--- Data to examine Enclosed Below ---

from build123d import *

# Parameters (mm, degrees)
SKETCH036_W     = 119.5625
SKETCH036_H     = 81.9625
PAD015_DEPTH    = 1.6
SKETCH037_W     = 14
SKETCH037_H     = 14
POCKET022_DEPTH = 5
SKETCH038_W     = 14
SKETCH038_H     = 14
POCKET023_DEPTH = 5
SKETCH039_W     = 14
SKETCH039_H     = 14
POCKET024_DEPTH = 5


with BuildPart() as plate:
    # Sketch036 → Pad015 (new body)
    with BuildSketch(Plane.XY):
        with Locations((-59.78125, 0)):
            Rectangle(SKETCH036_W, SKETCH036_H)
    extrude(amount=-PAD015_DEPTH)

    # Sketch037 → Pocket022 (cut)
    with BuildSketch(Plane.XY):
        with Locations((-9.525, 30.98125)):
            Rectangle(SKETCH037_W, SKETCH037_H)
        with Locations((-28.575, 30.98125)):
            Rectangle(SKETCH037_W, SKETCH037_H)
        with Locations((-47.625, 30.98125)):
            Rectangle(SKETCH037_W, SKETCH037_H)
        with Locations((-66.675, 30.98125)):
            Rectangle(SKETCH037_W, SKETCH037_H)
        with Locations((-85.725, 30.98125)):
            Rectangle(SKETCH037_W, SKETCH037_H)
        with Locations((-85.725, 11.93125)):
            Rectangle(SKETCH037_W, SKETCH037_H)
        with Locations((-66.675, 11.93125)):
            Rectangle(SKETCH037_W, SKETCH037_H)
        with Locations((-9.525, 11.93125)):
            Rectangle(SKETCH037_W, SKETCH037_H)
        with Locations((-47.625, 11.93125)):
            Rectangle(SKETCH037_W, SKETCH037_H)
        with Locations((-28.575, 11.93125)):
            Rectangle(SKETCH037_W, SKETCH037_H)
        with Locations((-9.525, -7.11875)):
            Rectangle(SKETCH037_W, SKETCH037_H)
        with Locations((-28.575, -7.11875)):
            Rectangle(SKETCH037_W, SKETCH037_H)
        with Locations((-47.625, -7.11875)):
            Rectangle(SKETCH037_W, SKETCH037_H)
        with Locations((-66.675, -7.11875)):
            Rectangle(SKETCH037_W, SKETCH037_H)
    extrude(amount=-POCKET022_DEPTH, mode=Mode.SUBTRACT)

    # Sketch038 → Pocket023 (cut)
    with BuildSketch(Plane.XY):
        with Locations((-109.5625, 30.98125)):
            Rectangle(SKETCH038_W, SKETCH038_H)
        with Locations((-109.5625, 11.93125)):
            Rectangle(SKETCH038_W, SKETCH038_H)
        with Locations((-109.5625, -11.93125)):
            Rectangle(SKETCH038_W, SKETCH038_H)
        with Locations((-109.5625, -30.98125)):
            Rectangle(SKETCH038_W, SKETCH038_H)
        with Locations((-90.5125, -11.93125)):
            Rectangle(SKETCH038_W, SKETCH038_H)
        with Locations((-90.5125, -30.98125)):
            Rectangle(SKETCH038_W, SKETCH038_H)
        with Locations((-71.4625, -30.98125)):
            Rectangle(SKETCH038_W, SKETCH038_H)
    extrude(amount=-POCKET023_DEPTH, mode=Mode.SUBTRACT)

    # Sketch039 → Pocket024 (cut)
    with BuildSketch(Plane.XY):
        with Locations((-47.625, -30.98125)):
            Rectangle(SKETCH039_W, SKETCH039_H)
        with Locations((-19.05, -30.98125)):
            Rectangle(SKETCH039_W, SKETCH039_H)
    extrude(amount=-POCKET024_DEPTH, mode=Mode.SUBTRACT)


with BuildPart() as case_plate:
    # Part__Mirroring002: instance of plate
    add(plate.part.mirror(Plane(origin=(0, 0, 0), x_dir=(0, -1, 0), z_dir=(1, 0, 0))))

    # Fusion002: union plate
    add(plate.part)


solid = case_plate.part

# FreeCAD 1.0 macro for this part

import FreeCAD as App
import Part
import Sketcher
Q = App.Units.Quantity


def add_polygon(sketch, points):
    """Adds a closed chain of lines whose ends are joined by coincident constraints."""
    first, n = sketch.GeometryCount, len(points)
    for a, b in zip(points, points[1:] + points[:1]):
        sketch.addGeometry(Part.LineSegment(App.Vector(*a, 0), App.Vector(*b, 0)), False)
    for i in range(n):
        sketch.addConstraint(Sketcher.Constraint("Coincident", first + i, 2, first + (i + 1) % n, 1))

doc = App.newDocument("Part")
body = doc.addObject("PartDesign::Body", "Body")

# Sketch on XY plane
sketch1 = body.newObject("Sketcher::SketchObject", "Sketch")
sketch1.AttachmentSupport = (doc.getObject("XY_Plane"), [""])
sketch1.MapMode = "FlatFace"
add_polygon(sketch1, [(-119.5625, 40.98125), (-119.5625, -40.98125), (0, -40.98125), (0, 40.98125)])  # lines 0-3
sketch1.addConstraint([
    Sketcher.Constraint("Vertical", 0),
    Sketcher.Constraint("Horizontal", 1),
    Sketcher.Constraint("Vertical", 2),
    Sketcher.Constraint("Horizontal", 3),
    Sketcher.Constraint("Symmetric", 1, 2, 2, 2, -1, 1),
    Sketcher.Constraint("DistanceX", 1, 1, 1, 2, Q("119.5625 mm")),
    Sketcher.Constraint("DistanceY", 0, 2, 0, 1, Q("81.9625 mm")),
])
pad1 = body.newObject("PartDesign::Pad", "Pad")
pad1.Profile = sketch1
pad1.Length = 1.6
pad1.Reversed = True

# Sketch on XY plane
sketch2 = body.newObject("Sketcher::SketchObject", "Sketch001")
sketch2.AttachmentSupport = (doc.getObject("XY_Plane"), [""])
sketch2.MapMode = "FlatFace"
add_polygon(sketch2, [(-16.525, 37.98125), (-16.525, 23.98125), (-2.525, 23.98125), (-2.525, 37.98125)])  # lines 0-3
add_polygon(sketch2, [(-35.575, 37.98125), (-35.575, 23.98125), (-21.575, 23.98125), (-21.575, 37.98125)])  # lines 4-7
add_polygon(sketch2, [(-54.625, 37.98125), (-54.625, 23.98125), (-40.625, 23.98125), (-40.625, 37.98125)])  # lines 8-11
add_polygon(sketch2, [(-73.675, 37.98125), (-73.675, 23.98125), (-59.675, 23.98125), (-59.675, 37.98125)])  # lines 12-15
add_polygon(sketch2, [(-92.725, 37.98125), (-92.725, 23.98125), (-78.725, 23.98125), (-78.725, 37.98125)])  # lines 16-19
add_polygon(sketch2, [(-92.725, 18.93125), (-92.725, 4.93125), (-78.725, 4.93125), (-78.725, 18.93125)])  # lines 20-23
add_polygon(sketch2, [(-73.675, 18.93125), (-73.675, 4.93125), (-59.675, 4.93125), (-59.675, 18.93125)])  # lines 24-27
add_polygon(sketch2, [(-16.525, 18.93125), (-16.525, 4.93125), (-2.525, 4.93125), (-2.525, 18.93125)])  # lines 28-31
add_polygon(sketch2, [(-54.625, 18.93125), (-54.625, 4.93125), (-40.625, 4.93125), (-40.625, 18.93125)])  # lines 32-35
add_polygon(sketch2, [(-35.575, 18.93125), (-35.575, 4.93125), (-21.575, 4.93125), (-21.575, 18.93125)])  # lines 36-39
add_polygon(sketch2, [(-16.525, -0.11875), (-16.525, -14.11875), (-2.525, -14.11875), (-2.525, -0.11875)])  # lines 40-43
add_polygon(sketch2, [(-35.575, -0.11875), (-35.575, -14.11875), (-21.575, -14.11875), (-21.575, -0.11875)])  # lines 44-47
add_polygon(sketch2, [(-54.625, -0.11875), (-54.625, -14.11875), (-40.625, -14.11875), (-40.625, -0.11875)])  # lines 48-51
add_polygon(sketch2, [(-73.675, -0.11875), (-73.675, -14.11875), (-59.675, -14.11875), (-59.675, -0.11875)])  # lines 52-55
sketch2.addConstraint([
    Sketcher.Constraint("Vertical", 0),
    Sketcher.Constraint("Horizontal", 1),
    Sketcher.Constraint("Vertical", 2),
    Sketcher.Constraint("Horizontal", 3),
    Sketcher.Constraint("Vertical", 4),
    Sketcher.Constraint("Horizontal", 5),
    Sketcher.Constraint("Vertical", 6),
    Sketcher.Constraint("Horizontal", 7),
    Sketcher.Constraint("Vertical", 8),
    Sketcher.Constraint("Horizontal", 9),
    Sketcher.Constraint("Vertical", 10),
    Sketcher.Constraint("Horizontal", 11),
    Sketcher.Constraint("Vertical", 12),
    Sketcher.Constraint("Horizontal", 13),
    Sketcher.Constraint("Vertical", 14),
    Sketcher.Constraint("Horizontal", 15),
    Sketcher.Constraint("Vertical", 16),
    Sketcher.Constraint("Horizontal", 17),
    Sketcher.Constraint("Vertical", 18),
    Sketcher.Constraint("Horizontal", 19),
    Sketcher.Constraint("Vertical", 20),
    Sketcher.Constraint("Horizontal", 21),
    Sketcher.Constraint("Vertical", 22),
    Sketcher.Constraint("Horizontal", 23),
    Sketcher.Constraint("Vertical", 24),
    Sketcher.Constraint("Horizontal", 25),
    Sketcher.Constraint("Vertical", 26),
    Sketcher.Constraint("Horizontal", 27),
    Sketcher.Constraint("Vertical", 28),
    Sketcher.Constraint("Horizontal", 29),
    Sketcher.Constraint("Vertical", 30),
    Sketcher.Constraint("Horizontal", 31),
    Sketcher.Constraint("Vertical", 32),
    Sketcher.Constraint("Horizontal", 33),
    Sketcher.Constraint("Vertical", 34),
    Sketcher.Constraint("Horizontal", 35),
    Sketcher.Constraint("Vertical", 36),
    Sketcher.Constraint("Horizontal", 37),
    Sketcher.Constraint("Vertical", 38),
    Sketcher.Constraint("Horizontal", 39),
    Sketcher.Constraint("Vertical", 40),
    Sketcher.Constraint("Horizontal", 41),
    Sketcher.Constraint("Vertical", 42),
    Sketcher.Constraint("Horizontal", 43),
    Sketcher.Constraint("Vertical", 44),
    Sketcher.Constraint("Horizontal", 45),
    Sketcher.Constraint("Vertical", 46),
    Sketcher.Constraint("Horizontal", 47),
    Sketcher.Constraint("Vertical", 48),
    Sketcher.Constraint("Horizontal", 49),
    Sketcher.Constraint("Vertical", 50),
    Sketcher.Constraint("Horizontal", 51),
    Sketcher.Constraint("Vertical", 52),
    Sketcher.Constraint("Horizontal", 53),
    Sketcher.Constraint("Vertical", 54),
    Sketcher.Constraint("Horizontal", 55),
    Sketcher.Constraint("Horizontal", 1, 2, 4, 2),
    Sketcher.Constraint("Horizontal", 3, 2, 6, 2),
    Sketcher.Constraint("Horizontal", 5, 2, 8, 2),
    Sketcher.Constraint("Horizontal", 7, 2, 10, 2),
    Sketcher.Constraint("Horizontal", 9, 2, 12, 2),
    Sketcher.Constraint("Horizontal", 11, 2, 14, 2),
    Sketcher.Constraint("Horizontal", 13, 2, 16, 2),
    Sketcher.Constraint("Horizontal", 15, 2, 18, 2),
    Sketcher.Constraint("Horizontal", 21, 2, 24, 2),
    Sketcher.Constraint("Horizontal", 23, 2, 26, 2),
    Sketcher.Constraint("Horizontal", 25, 2, 28, 2),
    Sketcher.Constraint("Horizontal", 27, 2, 30, 2),
    Sketcher.Constraint("Horizontal", 29, 2, 32, 2),
    Sketcher.Constraint("Horizontal", 31, 2, 34, 2),
    Sketcher.Constraint("Horizontal", 33, 2, 36, 2),
    Sketcher.Constraint("Horizontal", 35, 2, 38, 2),
    Sketcher.Constraint("Horizontal", 41, 2, 44, 2),
    Sketcher.Constraint("Horizontal", 43, 2, 46, 2),
    Sketcher.Constraint("Horizontal", 45, 2, 48, 2),
    Sketcher.Constraint("Horizontal", 47, 2, 50, 2),
    Sketcher.Constraint("Horizontal", 49, 2, 52, 2),
    Sketcher.Constraint("Horizontal", 51, 2, 54, 2),
    Sketcher.Constraint("Vertical", 19, 2, 20, 2),
    Sketcher.Constraint("Vertical", 18, 2, 21, 2),
    Sketcher.Constraint("Vertical", 15, 2, 24, 2),
    Sketcher.Constraint("Vertical", 14, 2, 25, 2),
    Sketcher.Constraint("Vertical", 3, 2, 28, 2),
    Sketcher.Constraint("Vertical", 2, 2, 29, 2),
    Sketcher.Constraint("Vertical", 11, 2, 32, 2),
    Sketcher.Constraint("Vertical", 10, 2, 33, 2),
    Sketcher.Constraint("Vertical", 7, 2, 36, 2),
    Sketcher.Constraint("Vertical", 6, 2, 37, 2),
    Sketcher.Constraint("Vertical", 31, 2, 40, 2),
    Sketcher.Constraint("Vertical", 30, 2, 41, 2),
    Sketcher.Constraint("Vertical", 39, 2, 44, 2),
    Sketcher.Constraint("Vertical", 38, 2, 45, 2),
    Sketcher.Constraint("Vertical", 35, 2, 48, 2),
    Sketcher.Constraint("Vertical", 34, 2, 49, 2),
    Sketcher.Constraint("Vertical", 27, 2, 52, 2),
    Sketcher.Constraint("Vertical", 26, 2, 53, 2),
    Sketcher.Constraint("Equal", 3, 5),
    Sketcher.Constraint("Equal", 7, 9),
    Sketcher.Constraint("Equal", 11, 13),
    Sketcher.Constraint("Equal", 15, 17),
    Sketcher.Constraint("Equal", 55, 0),
    Sketcher.Constraint("Equal", 18, 20),
    Sketcher.Constraint("Equal", 38, 40),
    Sketcher.Constraint("DistanceX", 1, 1, 1, 2, Q("14 mm")),
    Sketcher.Constraint("DistanceX", 8, 2, 0, 2, Q("38.1 mm")),
    Sketcher.Constraint("DistanceX", 12, 2, 4, 2, Q("38.1 mm")),
    Sketcher.Constraint("DistanceX", 16, 2, 8, 2, Q("38.1 mm")),
    Sketcher.Constraint("DistanceX", 4, 2, 0, 2, Q("19.05 mm")),
    Sketcher.Constraint("DistanceY", 20, 2, 16, 2, Q("19.05 mm")),
    Sketcher.Constraint("DistanceY", 40, 2, 28, 2, Q("19.05 mm")),
    Sketcher.Constraint("DistanceX", 0, 2, -1, 1, Q("16.525 mm")),
    Sketcher.Constraint("DistanceY", -1, 1, 0, 2, Q("23.98125 mm")),
])
pocket1 = body.newObject("PartDesign::Pocket", "Pocket")
pocket1.Profile = sketch2
pocket1.Length = 5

--- End of Enclosed Data to examine ---

Exactly how many lines of the data above hold the word "SUBTRACT"? The number is the whole answer.

## Result of the exercise
3